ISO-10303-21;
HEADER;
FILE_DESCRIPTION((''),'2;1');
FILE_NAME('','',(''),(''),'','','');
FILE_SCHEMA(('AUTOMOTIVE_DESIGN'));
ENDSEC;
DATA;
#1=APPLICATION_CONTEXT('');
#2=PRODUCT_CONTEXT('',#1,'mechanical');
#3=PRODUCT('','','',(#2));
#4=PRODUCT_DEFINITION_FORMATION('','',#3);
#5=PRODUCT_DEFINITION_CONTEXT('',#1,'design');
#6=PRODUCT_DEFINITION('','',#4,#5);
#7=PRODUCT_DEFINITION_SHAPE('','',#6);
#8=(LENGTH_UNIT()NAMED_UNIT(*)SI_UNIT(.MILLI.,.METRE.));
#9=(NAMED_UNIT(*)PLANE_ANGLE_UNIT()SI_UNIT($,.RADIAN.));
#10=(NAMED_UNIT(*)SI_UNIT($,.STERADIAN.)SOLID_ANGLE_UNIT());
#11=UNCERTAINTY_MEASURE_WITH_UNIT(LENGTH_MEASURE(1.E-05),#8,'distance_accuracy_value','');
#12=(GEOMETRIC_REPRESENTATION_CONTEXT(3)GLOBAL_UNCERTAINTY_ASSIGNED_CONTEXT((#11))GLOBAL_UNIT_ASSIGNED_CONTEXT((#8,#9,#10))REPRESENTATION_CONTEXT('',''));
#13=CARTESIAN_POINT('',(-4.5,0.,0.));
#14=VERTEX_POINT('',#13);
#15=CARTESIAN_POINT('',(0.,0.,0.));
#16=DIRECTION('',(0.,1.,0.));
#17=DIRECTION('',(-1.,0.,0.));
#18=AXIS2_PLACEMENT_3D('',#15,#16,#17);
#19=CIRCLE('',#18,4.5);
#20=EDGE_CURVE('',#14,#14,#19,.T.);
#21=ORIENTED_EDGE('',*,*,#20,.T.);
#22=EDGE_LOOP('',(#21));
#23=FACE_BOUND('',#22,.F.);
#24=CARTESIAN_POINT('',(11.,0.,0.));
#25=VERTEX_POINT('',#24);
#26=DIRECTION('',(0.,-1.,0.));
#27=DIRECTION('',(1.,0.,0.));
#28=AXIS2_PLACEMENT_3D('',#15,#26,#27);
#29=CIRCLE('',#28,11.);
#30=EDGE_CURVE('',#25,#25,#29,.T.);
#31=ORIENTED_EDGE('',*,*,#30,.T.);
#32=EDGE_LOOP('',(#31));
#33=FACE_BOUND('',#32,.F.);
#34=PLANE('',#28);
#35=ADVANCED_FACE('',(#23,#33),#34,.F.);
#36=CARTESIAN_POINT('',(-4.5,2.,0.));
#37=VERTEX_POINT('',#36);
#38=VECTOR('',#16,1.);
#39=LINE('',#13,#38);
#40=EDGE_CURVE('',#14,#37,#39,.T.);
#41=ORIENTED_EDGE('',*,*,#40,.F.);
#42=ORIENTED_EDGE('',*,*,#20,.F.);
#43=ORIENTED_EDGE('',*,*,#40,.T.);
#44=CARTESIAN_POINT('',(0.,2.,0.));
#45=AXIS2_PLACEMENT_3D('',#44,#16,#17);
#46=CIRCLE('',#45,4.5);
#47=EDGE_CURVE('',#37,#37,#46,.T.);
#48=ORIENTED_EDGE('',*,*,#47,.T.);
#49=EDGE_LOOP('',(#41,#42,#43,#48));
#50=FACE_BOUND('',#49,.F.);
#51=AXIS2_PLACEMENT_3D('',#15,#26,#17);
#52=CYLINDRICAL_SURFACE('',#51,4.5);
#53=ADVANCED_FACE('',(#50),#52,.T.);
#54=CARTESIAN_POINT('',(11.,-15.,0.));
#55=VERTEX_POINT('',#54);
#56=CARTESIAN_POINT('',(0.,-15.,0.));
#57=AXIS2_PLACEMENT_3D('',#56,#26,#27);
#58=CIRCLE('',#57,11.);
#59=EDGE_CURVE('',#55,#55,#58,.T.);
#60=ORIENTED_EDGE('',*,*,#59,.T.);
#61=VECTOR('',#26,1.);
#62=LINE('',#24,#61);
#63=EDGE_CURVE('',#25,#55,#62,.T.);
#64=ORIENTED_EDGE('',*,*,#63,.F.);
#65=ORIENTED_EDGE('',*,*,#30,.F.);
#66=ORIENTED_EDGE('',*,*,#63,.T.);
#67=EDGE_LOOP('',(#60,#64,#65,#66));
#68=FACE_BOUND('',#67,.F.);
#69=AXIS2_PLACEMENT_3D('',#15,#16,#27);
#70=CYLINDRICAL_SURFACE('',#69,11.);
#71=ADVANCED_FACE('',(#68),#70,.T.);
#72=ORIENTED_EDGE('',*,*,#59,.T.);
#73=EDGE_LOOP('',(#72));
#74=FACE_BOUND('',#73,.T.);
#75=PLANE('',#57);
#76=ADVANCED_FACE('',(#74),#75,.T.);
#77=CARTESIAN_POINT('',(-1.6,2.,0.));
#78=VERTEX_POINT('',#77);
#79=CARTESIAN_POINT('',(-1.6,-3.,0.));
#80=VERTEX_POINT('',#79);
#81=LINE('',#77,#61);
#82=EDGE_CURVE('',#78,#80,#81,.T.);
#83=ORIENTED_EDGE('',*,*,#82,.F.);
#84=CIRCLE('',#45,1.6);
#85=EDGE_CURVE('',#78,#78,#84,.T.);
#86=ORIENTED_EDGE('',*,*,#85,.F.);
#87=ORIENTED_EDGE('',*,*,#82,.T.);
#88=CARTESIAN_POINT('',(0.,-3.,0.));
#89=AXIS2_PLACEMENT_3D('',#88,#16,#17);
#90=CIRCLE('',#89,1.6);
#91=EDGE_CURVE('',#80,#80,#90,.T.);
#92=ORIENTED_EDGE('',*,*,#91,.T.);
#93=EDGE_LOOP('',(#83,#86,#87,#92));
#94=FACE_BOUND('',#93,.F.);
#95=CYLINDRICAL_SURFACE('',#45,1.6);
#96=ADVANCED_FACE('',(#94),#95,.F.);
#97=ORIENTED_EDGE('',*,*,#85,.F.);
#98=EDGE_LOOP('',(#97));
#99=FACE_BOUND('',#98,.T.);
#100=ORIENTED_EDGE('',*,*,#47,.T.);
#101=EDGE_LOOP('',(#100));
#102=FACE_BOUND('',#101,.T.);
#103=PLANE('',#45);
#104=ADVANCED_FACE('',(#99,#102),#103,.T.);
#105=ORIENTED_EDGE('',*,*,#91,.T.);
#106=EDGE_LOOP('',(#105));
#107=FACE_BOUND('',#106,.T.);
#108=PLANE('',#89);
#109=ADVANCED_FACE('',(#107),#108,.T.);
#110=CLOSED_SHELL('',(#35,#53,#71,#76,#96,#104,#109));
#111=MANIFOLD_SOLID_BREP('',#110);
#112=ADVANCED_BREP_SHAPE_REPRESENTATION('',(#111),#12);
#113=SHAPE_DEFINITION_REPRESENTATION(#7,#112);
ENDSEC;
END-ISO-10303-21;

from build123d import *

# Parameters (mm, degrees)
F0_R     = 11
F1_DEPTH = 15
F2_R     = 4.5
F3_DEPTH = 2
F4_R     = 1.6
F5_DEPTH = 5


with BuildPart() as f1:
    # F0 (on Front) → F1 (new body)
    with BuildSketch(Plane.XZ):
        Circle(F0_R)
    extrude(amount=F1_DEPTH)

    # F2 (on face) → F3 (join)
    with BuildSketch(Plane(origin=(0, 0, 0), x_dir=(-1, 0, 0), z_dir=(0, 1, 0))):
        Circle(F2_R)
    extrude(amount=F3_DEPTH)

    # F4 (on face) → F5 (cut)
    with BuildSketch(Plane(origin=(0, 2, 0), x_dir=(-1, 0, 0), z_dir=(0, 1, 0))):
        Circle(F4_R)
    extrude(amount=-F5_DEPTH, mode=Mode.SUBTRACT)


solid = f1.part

═══

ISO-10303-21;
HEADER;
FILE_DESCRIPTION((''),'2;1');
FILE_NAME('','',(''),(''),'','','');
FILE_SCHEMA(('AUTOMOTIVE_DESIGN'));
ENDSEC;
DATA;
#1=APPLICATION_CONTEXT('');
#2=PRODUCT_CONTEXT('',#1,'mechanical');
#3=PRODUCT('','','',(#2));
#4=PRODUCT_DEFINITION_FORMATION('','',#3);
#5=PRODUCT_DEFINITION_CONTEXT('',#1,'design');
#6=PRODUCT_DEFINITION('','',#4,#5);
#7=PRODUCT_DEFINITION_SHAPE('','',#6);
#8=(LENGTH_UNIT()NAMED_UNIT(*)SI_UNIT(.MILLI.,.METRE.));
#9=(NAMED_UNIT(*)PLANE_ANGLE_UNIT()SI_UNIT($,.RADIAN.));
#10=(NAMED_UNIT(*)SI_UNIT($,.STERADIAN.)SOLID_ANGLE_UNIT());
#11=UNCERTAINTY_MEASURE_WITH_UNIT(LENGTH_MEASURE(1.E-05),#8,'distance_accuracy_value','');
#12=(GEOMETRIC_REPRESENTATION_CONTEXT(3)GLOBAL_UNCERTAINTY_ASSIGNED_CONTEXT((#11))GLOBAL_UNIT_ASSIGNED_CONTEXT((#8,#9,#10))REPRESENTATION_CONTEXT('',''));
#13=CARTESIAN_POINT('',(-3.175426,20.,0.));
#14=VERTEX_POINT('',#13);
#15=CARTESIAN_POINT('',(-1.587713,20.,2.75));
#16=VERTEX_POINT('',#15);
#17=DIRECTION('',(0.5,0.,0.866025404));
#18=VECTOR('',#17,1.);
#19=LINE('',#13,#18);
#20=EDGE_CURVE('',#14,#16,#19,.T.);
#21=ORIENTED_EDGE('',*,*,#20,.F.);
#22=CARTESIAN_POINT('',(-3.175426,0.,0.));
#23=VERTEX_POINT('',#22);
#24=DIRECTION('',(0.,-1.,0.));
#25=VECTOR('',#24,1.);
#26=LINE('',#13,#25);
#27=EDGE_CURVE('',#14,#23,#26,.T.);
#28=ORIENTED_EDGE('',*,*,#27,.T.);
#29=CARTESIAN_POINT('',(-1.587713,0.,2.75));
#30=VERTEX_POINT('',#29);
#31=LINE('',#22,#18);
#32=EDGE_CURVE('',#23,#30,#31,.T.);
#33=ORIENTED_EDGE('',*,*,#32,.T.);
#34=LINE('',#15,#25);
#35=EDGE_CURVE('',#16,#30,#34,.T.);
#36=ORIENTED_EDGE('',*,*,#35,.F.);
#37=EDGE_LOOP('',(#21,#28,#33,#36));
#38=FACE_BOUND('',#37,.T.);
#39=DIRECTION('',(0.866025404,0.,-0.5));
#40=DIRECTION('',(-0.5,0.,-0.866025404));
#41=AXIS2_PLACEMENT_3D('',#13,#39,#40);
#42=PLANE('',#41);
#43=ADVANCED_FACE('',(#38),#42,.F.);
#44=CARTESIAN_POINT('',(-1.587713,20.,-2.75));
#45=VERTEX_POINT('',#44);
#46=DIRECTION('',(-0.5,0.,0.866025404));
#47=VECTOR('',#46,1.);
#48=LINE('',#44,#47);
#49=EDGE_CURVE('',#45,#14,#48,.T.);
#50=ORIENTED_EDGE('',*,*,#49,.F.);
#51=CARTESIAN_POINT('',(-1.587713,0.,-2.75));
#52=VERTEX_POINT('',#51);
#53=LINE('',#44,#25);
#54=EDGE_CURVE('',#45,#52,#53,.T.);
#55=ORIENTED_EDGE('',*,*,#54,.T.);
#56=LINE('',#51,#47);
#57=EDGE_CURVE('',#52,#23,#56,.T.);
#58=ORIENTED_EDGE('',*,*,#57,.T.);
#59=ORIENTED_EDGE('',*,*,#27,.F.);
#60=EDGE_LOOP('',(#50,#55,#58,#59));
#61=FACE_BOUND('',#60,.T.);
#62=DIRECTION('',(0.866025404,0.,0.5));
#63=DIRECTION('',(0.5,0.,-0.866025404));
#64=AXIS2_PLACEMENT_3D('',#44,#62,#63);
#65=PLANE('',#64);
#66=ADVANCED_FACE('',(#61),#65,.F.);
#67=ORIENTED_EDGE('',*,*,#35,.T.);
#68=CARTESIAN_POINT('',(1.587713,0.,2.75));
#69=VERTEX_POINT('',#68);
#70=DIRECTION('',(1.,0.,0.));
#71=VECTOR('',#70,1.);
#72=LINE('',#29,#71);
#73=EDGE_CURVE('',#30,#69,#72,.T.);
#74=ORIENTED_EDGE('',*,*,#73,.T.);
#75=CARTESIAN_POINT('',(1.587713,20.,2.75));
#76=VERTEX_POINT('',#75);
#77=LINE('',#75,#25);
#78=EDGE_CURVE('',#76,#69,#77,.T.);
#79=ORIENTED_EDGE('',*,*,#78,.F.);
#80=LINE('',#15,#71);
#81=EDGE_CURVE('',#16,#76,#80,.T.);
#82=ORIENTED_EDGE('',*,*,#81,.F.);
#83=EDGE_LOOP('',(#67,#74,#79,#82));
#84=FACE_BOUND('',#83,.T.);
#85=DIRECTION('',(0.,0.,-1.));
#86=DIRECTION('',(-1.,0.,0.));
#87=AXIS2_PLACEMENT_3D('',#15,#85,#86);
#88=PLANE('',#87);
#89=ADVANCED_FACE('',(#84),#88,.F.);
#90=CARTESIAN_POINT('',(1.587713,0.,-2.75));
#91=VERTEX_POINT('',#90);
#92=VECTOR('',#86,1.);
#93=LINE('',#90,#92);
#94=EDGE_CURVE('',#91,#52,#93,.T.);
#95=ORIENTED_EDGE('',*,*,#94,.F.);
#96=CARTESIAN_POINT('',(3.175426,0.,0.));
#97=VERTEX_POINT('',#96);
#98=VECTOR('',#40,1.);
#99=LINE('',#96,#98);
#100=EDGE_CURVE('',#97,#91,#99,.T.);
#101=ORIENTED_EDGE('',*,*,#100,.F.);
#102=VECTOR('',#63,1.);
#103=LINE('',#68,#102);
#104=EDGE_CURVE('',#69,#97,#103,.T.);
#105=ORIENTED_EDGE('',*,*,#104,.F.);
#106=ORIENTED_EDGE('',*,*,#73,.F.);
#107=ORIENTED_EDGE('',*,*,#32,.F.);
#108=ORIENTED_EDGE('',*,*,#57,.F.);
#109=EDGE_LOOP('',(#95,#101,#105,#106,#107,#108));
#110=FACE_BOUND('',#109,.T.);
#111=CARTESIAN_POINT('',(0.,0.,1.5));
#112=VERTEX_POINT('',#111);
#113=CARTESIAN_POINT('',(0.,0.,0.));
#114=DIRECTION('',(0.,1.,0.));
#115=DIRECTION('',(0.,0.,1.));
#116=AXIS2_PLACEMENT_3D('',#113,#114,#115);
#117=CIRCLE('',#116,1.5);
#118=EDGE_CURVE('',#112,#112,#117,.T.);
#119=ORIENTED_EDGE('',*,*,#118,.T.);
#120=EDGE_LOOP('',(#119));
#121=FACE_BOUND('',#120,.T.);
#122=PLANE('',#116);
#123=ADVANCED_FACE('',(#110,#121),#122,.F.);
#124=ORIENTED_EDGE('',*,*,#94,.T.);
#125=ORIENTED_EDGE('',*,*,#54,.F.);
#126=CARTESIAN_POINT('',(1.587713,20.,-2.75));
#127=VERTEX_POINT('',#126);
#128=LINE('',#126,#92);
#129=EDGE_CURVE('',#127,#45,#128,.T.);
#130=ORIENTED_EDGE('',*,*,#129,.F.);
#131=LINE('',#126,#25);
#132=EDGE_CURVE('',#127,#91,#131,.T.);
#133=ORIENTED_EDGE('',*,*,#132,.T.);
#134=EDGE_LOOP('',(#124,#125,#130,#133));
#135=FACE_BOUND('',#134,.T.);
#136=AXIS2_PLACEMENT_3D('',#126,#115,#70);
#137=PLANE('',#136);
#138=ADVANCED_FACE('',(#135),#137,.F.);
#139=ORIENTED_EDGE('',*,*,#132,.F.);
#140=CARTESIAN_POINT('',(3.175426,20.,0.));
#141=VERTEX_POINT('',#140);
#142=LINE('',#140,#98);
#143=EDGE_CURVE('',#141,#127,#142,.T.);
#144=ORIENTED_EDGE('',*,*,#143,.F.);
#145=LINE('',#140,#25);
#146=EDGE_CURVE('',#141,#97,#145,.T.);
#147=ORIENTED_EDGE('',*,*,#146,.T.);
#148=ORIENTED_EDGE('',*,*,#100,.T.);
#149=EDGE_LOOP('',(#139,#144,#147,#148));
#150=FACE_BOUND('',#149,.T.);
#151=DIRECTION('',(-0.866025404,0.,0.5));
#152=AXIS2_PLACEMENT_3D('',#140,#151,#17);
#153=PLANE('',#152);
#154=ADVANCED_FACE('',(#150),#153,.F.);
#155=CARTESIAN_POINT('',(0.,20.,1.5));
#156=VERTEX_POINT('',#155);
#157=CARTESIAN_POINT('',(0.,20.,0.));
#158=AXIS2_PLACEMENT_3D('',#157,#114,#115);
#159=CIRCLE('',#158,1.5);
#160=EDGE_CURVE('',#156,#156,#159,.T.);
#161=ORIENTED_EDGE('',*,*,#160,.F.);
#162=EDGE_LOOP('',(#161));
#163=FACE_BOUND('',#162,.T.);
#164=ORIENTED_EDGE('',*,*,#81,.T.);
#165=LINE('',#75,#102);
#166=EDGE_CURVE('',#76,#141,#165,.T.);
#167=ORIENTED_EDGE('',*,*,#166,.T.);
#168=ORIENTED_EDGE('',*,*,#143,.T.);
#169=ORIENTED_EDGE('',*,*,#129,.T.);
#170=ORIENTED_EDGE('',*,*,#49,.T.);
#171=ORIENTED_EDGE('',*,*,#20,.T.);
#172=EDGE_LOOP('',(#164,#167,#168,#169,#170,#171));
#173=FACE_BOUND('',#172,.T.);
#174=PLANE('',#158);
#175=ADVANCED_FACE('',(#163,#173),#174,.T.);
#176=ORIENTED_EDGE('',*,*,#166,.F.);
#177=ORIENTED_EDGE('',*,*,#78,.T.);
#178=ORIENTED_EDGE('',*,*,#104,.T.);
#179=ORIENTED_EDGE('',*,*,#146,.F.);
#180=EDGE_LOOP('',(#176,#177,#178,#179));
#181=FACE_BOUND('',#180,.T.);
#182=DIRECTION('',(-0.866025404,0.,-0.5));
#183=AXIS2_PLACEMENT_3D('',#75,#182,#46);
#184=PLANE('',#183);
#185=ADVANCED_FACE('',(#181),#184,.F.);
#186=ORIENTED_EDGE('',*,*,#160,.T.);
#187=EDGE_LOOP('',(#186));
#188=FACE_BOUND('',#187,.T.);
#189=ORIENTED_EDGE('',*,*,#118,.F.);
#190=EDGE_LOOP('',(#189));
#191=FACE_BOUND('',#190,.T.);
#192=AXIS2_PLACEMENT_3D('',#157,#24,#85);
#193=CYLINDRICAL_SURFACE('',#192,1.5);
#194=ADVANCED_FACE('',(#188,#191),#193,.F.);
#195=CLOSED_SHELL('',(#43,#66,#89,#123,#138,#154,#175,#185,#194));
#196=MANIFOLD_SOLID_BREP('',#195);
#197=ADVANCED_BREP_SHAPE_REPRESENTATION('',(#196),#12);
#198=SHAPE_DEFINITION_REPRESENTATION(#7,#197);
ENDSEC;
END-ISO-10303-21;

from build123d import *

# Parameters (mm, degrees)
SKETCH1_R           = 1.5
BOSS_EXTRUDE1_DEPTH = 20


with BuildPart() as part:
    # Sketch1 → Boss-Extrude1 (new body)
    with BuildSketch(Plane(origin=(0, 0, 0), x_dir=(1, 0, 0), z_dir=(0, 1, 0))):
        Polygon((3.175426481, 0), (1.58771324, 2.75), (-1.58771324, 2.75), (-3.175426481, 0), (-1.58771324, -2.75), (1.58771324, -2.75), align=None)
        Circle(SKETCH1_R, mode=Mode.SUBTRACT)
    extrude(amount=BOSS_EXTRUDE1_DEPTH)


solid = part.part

═══

Your assignment:
Filter the data for the string "VECTOR" and copy every line that has it.

Problem solution:
#38=VECTOR('',#16,1.);
#61=VECTOR('',#26,1.);
#18=VECTOR('',#17,1.);
#25=VECTOR('',#24,1.);
#47=VECTOR('',#46,1.);
#71=VECTOR('',#70,1.);
#92=VECTOR('',#86,1.);
#98=VECTOR('',#40,1.);
#102=VECTOR('',#63,1.);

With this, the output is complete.